Let $(X,d)$ be a compact metric space, and $\varphi$ be an equicontinuous dynamical system ($\forall\, \varepsilon>0$, there exists $\delta>0$ such that $d(x,y)<\delta\Rightarrow d(\varphi^nx,\varphi^ny)<\varepsilon,\,\forall x,y\in X$ and $n\in\mathbb{Z}$ )
Define a metric $d'(x,y)=\sup_{n\in \mathbb{Z}}d(\varphi^nx,\varphi^ny)$.
I want to prove:
- $d$ and $d'$ are aquivalent.
- $\varphi$ is an isometry with the metric $d'$.

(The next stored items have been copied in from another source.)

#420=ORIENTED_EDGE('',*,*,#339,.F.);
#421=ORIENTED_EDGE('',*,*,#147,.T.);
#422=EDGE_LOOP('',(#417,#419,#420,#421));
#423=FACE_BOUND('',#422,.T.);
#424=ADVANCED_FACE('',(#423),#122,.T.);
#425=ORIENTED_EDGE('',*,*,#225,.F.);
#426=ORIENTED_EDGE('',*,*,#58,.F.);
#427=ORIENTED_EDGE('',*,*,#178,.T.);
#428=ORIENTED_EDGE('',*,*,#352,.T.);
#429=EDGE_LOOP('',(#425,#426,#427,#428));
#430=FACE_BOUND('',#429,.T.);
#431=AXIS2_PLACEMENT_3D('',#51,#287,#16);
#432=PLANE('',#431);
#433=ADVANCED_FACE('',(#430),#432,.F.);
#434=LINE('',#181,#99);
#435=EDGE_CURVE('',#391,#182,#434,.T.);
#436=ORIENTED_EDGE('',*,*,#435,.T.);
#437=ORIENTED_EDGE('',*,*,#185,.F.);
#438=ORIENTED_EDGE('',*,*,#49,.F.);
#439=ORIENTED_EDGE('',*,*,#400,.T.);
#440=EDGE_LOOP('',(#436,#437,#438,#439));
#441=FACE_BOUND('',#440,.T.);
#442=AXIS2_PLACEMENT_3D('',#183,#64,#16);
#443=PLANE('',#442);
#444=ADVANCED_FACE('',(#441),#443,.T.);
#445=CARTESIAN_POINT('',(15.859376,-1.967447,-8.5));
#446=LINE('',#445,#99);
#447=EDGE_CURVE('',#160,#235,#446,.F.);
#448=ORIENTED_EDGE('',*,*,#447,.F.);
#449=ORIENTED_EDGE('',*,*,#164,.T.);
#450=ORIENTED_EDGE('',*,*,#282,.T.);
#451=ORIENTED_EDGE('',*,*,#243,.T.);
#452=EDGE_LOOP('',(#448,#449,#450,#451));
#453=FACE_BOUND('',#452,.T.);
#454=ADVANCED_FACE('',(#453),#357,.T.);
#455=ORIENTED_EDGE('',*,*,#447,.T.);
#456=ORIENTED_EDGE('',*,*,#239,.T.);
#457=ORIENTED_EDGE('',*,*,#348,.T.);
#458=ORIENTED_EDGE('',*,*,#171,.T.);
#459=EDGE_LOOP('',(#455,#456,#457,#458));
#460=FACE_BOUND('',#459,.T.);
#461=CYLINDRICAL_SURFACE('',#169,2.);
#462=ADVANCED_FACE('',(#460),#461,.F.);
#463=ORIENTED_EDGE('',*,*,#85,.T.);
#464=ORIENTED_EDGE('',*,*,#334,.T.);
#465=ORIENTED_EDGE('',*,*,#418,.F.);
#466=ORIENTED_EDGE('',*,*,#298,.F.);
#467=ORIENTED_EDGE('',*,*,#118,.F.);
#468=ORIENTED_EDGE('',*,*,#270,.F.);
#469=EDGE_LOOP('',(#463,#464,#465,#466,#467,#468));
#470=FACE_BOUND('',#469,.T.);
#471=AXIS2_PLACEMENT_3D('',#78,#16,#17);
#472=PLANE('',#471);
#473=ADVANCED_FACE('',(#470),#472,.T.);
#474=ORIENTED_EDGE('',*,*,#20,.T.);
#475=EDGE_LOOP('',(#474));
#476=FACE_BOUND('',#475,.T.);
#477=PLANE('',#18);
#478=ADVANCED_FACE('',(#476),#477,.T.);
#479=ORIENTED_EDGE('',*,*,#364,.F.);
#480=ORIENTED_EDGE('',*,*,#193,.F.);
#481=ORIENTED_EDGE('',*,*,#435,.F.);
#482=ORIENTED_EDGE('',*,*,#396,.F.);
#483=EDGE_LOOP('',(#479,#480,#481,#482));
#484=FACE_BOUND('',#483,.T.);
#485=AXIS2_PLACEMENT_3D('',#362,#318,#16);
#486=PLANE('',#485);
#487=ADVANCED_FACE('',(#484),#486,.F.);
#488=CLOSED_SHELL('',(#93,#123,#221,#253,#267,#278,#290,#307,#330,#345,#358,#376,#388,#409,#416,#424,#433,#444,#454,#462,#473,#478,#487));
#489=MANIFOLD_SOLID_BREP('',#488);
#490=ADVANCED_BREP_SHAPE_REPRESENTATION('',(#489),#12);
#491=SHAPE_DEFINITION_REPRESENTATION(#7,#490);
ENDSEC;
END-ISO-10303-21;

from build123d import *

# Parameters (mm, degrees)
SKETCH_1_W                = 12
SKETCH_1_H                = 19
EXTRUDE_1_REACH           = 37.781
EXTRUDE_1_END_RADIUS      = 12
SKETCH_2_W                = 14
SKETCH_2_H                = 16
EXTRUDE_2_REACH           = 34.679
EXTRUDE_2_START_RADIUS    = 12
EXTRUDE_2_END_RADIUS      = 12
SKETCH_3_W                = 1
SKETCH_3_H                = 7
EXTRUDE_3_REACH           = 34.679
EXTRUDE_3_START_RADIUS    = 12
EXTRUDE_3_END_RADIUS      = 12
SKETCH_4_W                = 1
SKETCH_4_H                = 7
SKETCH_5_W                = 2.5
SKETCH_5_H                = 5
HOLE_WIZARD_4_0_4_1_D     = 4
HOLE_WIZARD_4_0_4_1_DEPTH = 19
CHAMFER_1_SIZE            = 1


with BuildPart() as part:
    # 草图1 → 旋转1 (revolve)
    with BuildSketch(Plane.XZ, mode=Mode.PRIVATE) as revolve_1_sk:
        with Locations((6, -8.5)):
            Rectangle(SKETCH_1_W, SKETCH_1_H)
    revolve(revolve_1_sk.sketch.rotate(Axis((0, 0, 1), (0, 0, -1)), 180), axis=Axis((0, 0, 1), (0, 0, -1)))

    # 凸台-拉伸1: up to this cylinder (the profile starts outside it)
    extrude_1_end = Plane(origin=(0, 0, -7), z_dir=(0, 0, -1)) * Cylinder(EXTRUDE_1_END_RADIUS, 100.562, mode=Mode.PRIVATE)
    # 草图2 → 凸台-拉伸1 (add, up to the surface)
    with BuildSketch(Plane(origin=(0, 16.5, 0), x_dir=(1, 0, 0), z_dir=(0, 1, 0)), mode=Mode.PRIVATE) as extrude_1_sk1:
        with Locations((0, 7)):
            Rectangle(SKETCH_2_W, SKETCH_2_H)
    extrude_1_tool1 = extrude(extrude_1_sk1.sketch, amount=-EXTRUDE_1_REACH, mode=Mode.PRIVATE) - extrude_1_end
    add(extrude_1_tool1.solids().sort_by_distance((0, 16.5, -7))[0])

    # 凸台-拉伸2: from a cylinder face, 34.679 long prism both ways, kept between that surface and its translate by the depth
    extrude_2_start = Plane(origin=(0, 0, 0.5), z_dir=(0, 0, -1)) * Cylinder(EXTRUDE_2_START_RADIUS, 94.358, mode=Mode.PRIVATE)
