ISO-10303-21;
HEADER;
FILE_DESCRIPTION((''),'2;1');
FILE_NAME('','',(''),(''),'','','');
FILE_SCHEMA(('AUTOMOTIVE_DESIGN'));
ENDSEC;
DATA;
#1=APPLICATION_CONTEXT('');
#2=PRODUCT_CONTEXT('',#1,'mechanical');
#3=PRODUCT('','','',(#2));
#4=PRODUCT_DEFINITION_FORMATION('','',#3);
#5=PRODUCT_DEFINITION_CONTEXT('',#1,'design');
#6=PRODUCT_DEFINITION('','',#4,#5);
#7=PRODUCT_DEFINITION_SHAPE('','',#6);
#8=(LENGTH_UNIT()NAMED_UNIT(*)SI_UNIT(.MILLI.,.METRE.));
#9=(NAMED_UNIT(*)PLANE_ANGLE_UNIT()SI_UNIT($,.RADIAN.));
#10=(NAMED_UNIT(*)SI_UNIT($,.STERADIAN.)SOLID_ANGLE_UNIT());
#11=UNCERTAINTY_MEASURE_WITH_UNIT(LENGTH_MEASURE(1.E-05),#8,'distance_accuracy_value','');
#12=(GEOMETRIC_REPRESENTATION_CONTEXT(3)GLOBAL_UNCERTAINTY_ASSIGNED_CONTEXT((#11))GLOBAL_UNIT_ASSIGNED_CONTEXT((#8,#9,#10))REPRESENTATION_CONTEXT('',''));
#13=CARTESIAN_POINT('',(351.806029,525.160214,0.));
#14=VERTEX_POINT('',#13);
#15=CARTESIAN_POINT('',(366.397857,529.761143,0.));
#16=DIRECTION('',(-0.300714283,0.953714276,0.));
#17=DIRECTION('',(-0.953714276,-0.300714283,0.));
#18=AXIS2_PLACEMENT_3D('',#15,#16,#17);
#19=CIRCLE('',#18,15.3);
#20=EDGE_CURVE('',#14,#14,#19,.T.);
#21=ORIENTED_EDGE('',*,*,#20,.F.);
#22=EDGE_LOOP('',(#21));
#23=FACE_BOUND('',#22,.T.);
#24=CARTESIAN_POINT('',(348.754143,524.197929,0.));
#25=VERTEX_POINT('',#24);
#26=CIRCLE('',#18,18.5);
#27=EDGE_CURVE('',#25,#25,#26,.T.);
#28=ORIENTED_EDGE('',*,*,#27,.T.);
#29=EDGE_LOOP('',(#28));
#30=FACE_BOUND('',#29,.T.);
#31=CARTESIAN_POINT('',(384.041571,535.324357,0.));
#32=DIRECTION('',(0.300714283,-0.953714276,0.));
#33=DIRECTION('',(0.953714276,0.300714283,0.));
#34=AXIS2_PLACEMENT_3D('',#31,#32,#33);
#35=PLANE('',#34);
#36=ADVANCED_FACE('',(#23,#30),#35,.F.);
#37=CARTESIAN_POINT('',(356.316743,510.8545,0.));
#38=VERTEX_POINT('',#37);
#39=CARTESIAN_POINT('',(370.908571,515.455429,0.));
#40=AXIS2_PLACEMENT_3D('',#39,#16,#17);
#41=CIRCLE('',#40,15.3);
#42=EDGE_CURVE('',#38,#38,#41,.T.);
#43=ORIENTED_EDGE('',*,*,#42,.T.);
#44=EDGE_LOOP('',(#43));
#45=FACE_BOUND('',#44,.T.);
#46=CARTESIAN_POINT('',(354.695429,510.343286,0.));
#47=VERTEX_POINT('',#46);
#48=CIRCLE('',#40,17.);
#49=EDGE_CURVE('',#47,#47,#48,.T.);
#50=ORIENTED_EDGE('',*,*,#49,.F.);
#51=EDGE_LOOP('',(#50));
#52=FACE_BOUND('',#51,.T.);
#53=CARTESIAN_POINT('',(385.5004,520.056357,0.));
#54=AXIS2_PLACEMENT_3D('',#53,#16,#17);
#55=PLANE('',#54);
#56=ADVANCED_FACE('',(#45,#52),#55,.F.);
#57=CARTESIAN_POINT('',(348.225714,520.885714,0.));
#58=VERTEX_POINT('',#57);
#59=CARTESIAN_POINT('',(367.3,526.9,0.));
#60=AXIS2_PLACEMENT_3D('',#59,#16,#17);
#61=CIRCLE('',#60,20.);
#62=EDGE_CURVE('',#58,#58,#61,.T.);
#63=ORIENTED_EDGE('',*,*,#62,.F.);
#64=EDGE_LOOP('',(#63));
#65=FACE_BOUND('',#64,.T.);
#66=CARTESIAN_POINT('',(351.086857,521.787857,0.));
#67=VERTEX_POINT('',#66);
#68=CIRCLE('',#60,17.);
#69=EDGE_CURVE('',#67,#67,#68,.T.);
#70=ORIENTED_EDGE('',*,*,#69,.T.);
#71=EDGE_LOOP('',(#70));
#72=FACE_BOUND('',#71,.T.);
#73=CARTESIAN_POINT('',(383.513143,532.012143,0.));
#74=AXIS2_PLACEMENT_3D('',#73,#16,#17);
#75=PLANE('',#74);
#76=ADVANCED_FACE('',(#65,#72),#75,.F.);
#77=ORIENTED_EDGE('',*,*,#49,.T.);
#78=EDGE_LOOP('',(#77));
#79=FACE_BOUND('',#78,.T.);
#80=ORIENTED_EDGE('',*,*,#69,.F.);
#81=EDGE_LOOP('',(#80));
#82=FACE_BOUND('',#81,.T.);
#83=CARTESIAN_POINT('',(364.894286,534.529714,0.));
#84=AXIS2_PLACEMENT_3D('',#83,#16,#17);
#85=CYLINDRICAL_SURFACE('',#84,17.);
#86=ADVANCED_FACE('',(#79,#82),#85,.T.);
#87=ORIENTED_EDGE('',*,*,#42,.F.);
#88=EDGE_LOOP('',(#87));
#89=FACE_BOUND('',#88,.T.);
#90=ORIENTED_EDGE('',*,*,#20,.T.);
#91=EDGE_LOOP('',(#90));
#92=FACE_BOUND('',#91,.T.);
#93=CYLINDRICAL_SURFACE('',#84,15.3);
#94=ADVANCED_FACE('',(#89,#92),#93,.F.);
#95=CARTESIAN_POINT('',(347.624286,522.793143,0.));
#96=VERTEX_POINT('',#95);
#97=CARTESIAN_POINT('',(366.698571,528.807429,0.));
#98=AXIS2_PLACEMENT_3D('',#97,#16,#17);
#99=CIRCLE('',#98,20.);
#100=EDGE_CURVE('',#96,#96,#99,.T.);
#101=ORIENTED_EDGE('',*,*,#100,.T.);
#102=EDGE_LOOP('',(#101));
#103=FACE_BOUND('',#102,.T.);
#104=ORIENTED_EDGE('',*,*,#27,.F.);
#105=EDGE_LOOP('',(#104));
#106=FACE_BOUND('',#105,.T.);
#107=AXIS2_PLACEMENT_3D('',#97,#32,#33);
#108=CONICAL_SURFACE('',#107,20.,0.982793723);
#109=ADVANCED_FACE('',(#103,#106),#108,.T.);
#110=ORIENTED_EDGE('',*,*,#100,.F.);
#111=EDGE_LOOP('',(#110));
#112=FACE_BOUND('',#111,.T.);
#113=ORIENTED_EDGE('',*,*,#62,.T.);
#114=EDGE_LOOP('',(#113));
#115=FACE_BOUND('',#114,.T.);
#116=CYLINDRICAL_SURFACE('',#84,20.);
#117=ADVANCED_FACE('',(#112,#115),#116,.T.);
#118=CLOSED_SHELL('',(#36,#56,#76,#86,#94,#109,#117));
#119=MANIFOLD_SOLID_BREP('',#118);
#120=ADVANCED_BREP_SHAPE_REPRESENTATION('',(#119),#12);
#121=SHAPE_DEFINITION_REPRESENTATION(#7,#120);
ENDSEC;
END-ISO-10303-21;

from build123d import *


with BuildPart() as part:
    # Sk_Cono → Cono (revolve)
    with BuildSketch(Plane.XY, mode=Mode.PRIVATE) as cono_sk:
        Polygon((385.500399814, 520.056357213), (387.121714083, 520.567571493), (383.513142692, 532.012142805), (386.37428552, 532.914285653), (385.772856954, 534.821714205), (384.041571258, 535.324357057), (380.989685575, 534.362071352), align=None)
    revolve(cono_sk.sketch.rotate(Axis((364.894285739, 534.529714208, 0), (0.3007142826457708, -0.9537142759825081, 0)), 180), axis=Axis((364.894285739, 534.529714208, 0), (0.3007142826457708, -0.9537142759825081, 0)))


solid = part.part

I appreciate any suggestions.
$\def\sup{\mathop{\mathrm{sup}}\limits}\def\Z{\mathbb{Z}}\def\phi{\varphi}$The key is that equicontinuity implies that for every $\epsilon > 0$ there is $\delta > 0$ such that $d'(x, y) \leq \epsilon$ for every $x, y \in X$, since $d(\phi^nx, \phi^ny) < \epsilon$ for every $n\in\Z$ implies $d'(x, y) = \sup_{n\in\Z} d(\phi^nx, \phi^ny) \leq \epsilon$.

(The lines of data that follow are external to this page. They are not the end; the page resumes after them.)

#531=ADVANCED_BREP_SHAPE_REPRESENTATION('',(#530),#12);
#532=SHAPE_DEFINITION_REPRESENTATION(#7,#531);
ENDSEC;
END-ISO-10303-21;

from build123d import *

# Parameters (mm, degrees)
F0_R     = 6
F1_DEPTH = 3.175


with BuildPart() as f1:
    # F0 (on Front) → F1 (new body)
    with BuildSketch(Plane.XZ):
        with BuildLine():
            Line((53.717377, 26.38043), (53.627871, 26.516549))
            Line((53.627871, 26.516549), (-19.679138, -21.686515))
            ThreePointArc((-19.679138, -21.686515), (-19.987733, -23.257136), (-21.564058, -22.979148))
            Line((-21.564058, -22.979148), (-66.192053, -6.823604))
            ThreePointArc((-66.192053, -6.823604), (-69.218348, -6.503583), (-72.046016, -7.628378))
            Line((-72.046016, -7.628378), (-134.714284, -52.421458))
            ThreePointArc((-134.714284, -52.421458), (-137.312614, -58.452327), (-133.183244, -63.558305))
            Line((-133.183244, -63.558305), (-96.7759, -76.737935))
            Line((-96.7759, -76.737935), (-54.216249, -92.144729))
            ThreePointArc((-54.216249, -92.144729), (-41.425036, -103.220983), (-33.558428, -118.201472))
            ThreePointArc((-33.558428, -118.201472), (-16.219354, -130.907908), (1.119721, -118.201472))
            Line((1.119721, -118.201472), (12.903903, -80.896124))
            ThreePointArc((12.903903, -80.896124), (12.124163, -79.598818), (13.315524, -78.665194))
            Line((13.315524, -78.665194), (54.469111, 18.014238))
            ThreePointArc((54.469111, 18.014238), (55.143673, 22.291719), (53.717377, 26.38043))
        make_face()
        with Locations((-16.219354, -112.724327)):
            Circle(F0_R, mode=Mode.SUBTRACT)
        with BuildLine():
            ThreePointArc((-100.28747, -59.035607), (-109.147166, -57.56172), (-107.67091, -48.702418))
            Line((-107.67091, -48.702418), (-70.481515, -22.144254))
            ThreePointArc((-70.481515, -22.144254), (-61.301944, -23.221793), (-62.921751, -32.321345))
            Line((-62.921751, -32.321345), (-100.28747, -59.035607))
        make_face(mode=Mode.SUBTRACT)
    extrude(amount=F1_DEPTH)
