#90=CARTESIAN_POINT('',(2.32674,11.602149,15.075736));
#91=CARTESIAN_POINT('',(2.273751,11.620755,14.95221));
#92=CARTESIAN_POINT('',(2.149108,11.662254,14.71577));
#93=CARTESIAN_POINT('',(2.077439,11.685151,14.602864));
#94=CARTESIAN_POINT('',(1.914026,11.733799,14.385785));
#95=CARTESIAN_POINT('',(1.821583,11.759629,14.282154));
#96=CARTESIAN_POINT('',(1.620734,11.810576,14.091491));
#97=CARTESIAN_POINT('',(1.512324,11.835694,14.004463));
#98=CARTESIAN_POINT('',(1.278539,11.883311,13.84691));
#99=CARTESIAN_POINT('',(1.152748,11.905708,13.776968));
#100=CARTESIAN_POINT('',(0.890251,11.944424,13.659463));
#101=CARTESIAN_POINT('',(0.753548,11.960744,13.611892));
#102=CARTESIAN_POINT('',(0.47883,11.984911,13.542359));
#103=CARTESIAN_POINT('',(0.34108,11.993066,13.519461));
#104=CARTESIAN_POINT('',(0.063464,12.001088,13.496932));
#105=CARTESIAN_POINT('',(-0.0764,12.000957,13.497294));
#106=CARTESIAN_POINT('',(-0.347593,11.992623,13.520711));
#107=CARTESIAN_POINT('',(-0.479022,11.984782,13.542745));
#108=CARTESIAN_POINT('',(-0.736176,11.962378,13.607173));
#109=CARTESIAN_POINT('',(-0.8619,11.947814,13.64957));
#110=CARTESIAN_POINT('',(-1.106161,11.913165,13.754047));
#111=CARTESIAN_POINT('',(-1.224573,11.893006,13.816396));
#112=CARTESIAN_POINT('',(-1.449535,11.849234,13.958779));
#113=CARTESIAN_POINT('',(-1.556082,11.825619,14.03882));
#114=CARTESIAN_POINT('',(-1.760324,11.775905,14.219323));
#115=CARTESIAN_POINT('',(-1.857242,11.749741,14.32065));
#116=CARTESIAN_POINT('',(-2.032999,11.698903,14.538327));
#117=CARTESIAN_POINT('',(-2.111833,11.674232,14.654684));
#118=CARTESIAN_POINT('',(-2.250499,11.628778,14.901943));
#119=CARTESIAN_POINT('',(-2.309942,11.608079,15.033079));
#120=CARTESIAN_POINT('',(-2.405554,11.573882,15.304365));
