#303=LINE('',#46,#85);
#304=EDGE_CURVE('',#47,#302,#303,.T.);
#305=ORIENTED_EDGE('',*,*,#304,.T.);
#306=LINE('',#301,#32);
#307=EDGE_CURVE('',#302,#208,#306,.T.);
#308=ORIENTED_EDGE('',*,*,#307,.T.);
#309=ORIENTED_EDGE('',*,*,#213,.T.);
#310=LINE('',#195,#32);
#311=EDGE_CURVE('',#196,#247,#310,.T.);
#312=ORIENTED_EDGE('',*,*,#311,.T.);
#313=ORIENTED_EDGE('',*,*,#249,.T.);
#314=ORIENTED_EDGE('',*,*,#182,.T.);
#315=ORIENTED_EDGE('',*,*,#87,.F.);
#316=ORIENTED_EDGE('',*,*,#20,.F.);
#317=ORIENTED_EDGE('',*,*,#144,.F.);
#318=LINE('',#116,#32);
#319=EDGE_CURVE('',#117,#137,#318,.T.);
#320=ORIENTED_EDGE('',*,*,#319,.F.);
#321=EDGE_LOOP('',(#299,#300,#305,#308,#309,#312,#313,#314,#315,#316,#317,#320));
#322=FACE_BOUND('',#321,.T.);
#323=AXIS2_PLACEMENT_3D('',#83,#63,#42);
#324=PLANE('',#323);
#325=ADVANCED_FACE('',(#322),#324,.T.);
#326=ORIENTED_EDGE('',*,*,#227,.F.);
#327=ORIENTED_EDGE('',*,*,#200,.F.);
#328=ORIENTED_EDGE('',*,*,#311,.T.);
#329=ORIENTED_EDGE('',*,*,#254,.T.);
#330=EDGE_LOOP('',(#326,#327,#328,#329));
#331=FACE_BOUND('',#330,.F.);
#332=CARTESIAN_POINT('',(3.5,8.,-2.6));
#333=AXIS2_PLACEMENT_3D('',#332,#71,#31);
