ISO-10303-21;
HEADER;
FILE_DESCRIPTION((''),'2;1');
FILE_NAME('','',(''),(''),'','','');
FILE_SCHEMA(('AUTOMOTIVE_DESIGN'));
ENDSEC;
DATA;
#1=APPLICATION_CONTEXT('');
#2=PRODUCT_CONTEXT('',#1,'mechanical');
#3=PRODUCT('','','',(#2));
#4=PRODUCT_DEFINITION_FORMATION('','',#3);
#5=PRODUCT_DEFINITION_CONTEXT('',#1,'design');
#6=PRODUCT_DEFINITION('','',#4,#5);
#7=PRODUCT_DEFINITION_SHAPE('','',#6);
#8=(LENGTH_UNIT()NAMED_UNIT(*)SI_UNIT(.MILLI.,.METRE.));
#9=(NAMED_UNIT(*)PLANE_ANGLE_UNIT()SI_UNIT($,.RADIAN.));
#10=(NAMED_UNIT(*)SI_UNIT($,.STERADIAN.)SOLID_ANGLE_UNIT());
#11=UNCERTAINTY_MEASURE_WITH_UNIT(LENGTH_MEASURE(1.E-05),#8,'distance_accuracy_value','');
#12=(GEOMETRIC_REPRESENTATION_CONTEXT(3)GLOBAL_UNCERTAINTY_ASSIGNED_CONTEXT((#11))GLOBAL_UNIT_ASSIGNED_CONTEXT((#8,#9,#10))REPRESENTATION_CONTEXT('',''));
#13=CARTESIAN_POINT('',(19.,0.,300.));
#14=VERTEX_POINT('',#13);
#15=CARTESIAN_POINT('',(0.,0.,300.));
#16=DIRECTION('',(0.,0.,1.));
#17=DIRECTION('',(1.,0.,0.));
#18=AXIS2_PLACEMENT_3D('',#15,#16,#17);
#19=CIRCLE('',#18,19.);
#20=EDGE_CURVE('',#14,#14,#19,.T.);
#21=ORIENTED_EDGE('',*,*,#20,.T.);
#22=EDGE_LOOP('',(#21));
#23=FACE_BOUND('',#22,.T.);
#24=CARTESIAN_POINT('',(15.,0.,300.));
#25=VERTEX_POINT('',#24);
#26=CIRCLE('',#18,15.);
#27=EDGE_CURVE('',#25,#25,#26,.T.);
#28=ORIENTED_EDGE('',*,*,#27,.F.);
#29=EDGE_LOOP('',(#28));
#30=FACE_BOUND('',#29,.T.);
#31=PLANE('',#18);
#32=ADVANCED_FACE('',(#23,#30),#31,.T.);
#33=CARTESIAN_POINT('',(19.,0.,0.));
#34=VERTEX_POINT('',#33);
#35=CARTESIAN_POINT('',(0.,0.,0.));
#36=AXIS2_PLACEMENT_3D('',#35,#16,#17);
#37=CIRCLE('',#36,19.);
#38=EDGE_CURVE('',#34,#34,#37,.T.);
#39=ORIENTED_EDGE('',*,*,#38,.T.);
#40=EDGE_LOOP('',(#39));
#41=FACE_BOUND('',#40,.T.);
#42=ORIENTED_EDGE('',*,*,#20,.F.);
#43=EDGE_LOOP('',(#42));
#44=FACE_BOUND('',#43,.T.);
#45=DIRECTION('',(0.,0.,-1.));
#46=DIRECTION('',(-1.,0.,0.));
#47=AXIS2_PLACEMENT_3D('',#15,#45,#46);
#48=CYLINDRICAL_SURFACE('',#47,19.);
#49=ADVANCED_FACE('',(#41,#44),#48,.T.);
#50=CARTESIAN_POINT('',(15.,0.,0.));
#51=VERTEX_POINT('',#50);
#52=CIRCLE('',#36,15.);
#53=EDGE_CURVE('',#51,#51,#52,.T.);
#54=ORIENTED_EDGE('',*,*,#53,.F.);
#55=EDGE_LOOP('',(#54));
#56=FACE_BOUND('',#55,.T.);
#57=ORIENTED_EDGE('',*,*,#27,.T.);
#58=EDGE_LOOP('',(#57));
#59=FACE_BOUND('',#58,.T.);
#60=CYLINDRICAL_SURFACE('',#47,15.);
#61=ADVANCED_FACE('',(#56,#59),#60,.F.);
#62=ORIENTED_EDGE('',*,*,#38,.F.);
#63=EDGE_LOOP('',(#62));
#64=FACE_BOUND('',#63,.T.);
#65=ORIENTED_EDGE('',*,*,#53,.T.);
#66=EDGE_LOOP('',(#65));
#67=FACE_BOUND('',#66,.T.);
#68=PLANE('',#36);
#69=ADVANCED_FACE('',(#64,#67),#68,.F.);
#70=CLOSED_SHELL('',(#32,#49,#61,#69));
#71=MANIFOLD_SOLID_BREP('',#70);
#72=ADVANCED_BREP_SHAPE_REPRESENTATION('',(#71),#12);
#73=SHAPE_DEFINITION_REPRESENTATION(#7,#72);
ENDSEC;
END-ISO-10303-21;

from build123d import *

# Parameters (mm, degrees)
SKETCH_1_R      = 19
SKETCH_1_R_2    = 15
EXTRUDE_1_DEPTH = 300


with BuildPart() as part:
    # ｽｹｯﾁ1 → ﾎﾞｽ - 押し出し1 (new body)
    with BuildSketch(Plane.XY):
        Circle(SKETCH_1_R)
        Circle(SKETCH_1_R_2, mode=Mode.SUBTRACT)
    extrude(amount=EXTRUDE_1_DEPTH)


solid = part.part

For 1. we want to show that $d(x_n, x) \to 0$ iff $d'(x_n, x) \to 0$.
First, suppose that $d(x_n, x) \to 0$. We want to show that $d'(x_n, x) \to 0$. Let $\epsilon > 0$. Take $\delta > 0$ such that $d'(x, y) \leq \frac\epsilon2 < \epsilon$ if $d(x, y)$. Take $n_0$ such that $d(x_n, x) < \delta$ if $n \geq n_0$. Then $d'(x_n, x) < \epsilon$ for $n\geq n_0$. Hence $d'(x_n, x) \to 0$, as desired.
Second, suppose that $d'(x_n, x) \to 0$. We have $d(x_n, x) \leq d'(x_n, x)$, so $d(x_n, x) \to 0$, as desired.
For 2., $$d'(\phi x, \phi y) = \sup_{n\in\Z} d'(\phi^n\phi x, \phi^n\phi y) = \sup_{n\in\Z} d'(\phi^{n+1} x, \phi^{n+1} y) = \sup_{n\in\Z} d'(\phi^{n} x, \phi^{n} y) = d'(x, y),$$ so $\phi$ is an isometry.